Saved entries
┌──
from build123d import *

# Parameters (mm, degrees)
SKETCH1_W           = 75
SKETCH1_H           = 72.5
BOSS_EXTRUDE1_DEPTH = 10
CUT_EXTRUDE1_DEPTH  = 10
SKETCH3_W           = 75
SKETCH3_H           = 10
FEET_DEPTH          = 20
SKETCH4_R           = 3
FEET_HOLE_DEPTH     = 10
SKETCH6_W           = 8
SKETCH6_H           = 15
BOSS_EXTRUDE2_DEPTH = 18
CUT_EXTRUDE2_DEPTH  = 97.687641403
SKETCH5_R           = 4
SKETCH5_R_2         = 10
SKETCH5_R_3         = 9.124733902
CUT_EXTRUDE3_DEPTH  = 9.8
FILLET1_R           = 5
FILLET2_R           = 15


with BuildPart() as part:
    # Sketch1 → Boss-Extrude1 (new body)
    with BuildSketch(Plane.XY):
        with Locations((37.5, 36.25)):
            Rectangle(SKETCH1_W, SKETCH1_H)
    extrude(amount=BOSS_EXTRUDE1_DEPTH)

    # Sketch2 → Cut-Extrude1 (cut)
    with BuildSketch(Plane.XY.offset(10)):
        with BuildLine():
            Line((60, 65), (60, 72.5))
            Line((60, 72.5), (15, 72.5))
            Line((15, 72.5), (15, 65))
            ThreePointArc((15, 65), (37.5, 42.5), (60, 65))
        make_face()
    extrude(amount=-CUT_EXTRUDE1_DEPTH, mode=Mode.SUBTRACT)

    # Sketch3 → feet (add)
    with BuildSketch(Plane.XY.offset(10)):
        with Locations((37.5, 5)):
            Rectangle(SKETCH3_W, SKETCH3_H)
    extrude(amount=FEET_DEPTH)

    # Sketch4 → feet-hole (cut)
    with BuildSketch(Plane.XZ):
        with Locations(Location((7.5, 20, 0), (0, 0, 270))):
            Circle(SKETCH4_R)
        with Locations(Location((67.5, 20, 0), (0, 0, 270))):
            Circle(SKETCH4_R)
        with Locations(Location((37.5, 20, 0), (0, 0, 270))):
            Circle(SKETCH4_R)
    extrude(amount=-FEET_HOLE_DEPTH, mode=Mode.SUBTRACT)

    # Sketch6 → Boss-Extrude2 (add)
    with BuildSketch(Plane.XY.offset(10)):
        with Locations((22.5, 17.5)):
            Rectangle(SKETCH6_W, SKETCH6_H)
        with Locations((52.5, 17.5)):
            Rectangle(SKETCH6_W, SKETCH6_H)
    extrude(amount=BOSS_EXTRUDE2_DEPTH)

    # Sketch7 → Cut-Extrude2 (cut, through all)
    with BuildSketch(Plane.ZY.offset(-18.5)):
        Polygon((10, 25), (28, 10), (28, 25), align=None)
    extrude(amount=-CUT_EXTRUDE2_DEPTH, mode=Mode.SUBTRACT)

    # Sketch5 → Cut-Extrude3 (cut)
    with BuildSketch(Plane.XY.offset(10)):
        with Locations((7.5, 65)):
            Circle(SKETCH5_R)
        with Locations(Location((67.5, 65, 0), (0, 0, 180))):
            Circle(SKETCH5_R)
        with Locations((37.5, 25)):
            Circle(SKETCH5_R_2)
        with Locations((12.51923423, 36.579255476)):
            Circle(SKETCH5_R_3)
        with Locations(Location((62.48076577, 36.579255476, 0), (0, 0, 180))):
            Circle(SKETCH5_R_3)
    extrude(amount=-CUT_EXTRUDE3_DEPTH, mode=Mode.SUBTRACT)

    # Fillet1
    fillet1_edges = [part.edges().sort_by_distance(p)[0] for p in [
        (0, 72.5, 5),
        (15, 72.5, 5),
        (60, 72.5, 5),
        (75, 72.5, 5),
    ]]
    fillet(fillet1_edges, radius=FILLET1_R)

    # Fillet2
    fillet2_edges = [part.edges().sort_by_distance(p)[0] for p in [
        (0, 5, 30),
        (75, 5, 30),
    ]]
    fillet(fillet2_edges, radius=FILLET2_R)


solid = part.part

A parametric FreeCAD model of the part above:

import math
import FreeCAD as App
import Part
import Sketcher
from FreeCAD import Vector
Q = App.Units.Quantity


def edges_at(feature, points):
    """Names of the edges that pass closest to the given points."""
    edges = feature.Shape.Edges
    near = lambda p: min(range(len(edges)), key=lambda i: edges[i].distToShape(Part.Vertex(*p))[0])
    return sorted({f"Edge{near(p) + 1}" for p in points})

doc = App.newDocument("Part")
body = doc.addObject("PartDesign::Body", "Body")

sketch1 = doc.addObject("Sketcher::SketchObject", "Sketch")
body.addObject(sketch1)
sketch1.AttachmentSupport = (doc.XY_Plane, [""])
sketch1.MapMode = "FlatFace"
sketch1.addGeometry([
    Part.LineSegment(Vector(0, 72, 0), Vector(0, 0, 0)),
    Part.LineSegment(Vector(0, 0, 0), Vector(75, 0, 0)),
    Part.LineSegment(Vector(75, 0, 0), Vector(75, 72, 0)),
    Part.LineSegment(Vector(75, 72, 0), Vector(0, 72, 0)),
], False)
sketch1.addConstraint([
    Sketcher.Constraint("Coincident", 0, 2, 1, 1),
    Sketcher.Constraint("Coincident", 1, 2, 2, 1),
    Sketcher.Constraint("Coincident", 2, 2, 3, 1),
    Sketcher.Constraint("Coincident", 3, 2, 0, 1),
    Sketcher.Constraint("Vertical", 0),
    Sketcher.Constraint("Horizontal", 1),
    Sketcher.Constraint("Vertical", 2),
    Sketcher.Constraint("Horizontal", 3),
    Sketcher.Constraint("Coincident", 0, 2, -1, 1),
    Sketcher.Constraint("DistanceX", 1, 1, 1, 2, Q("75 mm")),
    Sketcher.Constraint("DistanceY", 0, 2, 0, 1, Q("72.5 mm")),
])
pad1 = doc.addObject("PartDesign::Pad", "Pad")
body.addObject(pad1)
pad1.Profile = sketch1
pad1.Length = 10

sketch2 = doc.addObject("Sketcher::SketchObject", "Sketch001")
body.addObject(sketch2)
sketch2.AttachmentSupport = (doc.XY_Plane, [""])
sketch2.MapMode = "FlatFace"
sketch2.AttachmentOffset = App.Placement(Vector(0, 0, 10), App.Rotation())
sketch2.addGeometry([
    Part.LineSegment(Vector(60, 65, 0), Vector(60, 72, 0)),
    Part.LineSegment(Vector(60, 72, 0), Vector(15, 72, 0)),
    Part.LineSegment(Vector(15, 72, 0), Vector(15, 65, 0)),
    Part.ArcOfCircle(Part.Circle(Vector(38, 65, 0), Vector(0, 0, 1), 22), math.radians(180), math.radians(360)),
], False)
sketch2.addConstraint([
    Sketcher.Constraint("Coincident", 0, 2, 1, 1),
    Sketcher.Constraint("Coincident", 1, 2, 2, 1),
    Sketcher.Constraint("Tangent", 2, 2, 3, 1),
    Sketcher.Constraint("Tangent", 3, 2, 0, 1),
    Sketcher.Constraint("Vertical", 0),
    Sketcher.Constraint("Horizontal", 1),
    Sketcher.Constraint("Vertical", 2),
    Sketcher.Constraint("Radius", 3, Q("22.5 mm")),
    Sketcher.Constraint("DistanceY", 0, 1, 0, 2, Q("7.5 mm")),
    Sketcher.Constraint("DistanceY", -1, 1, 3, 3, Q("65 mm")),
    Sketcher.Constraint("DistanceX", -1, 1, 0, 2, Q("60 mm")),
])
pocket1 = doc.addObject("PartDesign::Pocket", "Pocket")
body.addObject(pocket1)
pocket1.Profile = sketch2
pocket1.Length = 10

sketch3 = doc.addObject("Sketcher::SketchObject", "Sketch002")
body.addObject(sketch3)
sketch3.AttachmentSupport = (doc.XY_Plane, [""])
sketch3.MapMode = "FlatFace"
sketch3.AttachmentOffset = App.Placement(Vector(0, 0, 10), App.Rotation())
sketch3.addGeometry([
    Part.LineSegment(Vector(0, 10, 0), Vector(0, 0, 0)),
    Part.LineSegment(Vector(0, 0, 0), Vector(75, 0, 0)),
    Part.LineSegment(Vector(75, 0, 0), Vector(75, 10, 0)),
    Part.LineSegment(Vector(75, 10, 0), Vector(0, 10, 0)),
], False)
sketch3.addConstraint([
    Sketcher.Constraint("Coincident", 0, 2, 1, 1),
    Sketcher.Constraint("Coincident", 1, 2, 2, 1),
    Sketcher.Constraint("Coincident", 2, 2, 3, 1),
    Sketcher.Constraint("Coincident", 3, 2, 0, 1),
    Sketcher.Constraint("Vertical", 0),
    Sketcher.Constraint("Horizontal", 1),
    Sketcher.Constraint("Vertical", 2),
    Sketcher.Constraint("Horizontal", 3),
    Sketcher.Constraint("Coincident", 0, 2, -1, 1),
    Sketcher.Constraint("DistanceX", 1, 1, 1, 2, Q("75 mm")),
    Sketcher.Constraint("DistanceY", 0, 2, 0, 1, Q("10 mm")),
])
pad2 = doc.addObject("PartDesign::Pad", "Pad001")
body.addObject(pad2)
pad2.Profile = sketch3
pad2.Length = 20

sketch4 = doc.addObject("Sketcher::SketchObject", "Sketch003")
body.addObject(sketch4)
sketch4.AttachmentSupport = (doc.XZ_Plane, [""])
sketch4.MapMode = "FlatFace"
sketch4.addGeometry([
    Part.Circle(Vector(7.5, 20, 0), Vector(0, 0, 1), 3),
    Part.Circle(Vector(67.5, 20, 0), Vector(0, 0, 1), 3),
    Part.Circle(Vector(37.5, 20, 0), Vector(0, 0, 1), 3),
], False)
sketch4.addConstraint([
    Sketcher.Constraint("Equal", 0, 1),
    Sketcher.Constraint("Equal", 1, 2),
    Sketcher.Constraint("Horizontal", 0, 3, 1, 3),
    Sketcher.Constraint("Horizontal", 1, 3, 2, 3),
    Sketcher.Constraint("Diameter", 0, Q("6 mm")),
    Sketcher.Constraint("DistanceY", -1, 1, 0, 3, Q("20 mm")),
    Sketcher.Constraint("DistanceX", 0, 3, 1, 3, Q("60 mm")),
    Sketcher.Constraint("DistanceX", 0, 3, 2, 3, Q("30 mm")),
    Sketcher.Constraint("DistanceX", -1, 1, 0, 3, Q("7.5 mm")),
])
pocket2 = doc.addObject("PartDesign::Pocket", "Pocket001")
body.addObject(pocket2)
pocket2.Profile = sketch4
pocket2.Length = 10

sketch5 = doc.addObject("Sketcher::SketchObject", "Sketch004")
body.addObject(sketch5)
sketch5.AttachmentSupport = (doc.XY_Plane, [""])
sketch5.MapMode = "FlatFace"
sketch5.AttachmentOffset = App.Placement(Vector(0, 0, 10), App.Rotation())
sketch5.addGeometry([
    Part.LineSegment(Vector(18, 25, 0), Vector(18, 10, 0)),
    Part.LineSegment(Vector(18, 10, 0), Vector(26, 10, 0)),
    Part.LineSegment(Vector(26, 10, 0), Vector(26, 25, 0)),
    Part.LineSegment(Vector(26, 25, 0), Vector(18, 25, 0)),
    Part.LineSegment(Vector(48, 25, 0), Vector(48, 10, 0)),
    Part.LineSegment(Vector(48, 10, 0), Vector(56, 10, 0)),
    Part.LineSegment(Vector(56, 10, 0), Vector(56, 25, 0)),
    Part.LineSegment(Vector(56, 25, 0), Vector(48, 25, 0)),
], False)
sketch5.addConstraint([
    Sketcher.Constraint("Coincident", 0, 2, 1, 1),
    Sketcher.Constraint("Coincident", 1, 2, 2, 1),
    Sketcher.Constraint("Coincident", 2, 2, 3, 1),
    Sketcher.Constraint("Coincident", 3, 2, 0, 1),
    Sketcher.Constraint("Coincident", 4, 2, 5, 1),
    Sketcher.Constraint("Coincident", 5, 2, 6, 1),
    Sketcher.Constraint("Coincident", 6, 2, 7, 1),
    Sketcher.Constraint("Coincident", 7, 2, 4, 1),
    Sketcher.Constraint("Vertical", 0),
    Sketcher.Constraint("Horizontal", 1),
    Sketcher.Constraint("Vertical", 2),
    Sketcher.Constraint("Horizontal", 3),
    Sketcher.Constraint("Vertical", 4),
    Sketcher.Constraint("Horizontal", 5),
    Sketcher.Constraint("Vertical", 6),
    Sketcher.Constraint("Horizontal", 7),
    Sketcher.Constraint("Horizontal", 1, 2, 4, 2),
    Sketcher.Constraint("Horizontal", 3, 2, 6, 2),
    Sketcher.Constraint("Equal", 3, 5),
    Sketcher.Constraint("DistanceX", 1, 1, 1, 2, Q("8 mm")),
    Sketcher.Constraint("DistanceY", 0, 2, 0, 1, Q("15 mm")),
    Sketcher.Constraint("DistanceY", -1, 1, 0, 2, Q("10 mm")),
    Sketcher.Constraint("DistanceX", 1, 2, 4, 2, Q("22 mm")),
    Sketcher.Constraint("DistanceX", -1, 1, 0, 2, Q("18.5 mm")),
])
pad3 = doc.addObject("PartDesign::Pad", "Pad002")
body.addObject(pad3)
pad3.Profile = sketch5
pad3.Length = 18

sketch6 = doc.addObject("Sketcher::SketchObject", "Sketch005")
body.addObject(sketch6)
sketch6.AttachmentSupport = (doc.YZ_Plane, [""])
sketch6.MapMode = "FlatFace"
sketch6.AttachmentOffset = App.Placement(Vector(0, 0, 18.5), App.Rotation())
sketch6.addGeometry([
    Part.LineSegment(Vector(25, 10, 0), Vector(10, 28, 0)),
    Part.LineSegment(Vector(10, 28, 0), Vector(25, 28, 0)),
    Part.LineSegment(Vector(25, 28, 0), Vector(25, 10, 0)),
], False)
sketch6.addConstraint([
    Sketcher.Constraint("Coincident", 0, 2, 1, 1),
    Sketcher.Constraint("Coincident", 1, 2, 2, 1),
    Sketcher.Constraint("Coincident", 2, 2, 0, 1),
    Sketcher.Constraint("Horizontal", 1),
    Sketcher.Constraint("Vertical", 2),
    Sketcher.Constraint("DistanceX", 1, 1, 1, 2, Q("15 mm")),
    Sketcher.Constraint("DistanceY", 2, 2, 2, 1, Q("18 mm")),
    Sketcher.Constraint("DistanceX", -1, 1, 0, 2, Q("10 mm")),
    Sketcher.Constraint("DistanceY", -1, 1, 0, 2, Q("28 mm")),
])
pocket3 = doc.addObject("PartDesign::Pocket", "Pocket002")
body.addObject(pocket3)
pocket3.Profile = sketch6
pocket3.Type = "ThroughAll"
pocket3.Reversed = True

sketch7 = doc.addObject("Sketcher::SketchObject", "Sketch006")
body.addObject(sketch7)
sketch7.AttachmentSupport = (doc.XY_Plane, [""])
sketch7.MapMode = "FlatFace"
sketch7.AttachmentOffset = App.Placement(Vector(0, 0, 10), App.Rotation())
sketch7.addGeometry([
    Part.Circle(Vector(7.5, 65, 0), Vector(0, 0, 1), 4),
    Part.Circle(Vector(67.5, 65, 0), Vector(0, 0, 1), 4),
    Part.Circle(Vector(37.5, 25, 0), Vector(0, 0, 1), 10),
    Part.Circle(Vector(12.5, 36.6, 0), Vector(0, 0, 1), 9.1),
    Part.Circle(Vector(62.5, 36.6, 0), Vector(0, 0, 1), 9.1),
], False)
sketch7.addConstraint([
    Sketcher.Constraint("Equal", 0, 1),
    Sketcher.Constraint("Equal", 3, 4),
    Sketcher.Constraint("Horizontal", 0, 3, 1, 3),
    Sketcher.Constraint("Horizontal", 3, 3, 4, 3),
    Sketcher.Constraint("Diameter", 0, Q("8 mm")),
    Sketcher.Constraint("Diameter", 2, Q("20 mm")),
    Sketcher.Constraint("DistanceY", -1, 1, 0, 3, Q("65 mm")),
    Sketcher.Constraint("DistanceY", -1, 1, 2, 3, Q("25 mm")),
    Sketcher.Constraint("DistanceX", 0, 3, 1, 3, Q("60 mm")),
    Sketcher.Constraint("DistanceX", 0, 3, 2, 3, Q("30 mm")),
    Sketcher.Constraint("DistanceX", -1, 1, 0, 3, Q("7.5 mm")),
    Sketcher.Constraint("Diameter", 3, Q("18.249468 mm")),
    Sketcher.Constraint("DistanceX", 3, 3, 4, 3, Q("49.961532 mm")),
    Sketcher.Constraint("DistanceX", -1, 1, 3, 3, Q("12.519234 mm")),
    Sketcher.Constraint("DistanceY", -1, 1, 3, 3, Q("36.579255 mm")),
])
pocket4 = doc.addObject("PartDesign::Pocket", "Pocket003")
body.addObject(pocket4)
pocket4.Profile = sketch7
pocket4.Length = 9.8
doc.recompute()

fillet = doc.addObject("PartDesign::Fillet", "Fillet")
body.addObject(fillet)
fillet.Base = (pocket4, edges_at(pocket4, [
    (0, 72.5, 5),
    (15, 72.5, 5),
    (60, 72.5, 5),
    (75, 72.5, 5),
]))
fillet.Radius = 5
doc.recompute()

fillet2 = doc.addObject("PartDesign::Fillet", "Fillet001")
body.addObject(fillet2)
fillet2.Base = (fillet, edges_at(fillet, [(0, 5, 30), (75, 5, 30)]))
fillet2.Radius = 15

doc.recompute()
└──
§ **Assigned task**:
Please restate the records word for word. Go from the first line to the line with "Rectangle(SKETCH1_W, SKETCH1_H)" and include both.

§ **Reply to the exercise**:
from build123d import *

# Parameters (mm, degrees)
SKETCH1_W           = 75
SKETCH1_H           = 72.5
BOSS_EXTRUDE1_DEPTH = 10
CUT_EXTRUDE1_DEPTH  = 10
SKETCH3_W           = 75
SKETCH3_H           = 10
FEET_DEPTH          = 20
SKETCH4_R           = 3
FEET_HOLE_DEPTH     = 10
SKETCH6_W           = 8
SKETCH6_H           = 15
BOSS_EXTRUDE2_DEPTH = 18
CUT_EXTRUDE2_DEPTH  = 97.687641403
SKETCH5_R           = 4
SKETCH5_R_2         = 10
SKETCH5_R_3         = 9.124733902
CUT_EXTRUDE3_DEPTH  = 9.8
FILLET1_R           = 5
FILLET2_R           = 15


with BuildPart() as part:
    # Sketch1 → Boss-Extrude1 (new body)
    with BuildSketch(Plane.XY):
        with Locations((37.5, 36.25)):
            Rectangle(SKETCH1_W, SKETCH1_H)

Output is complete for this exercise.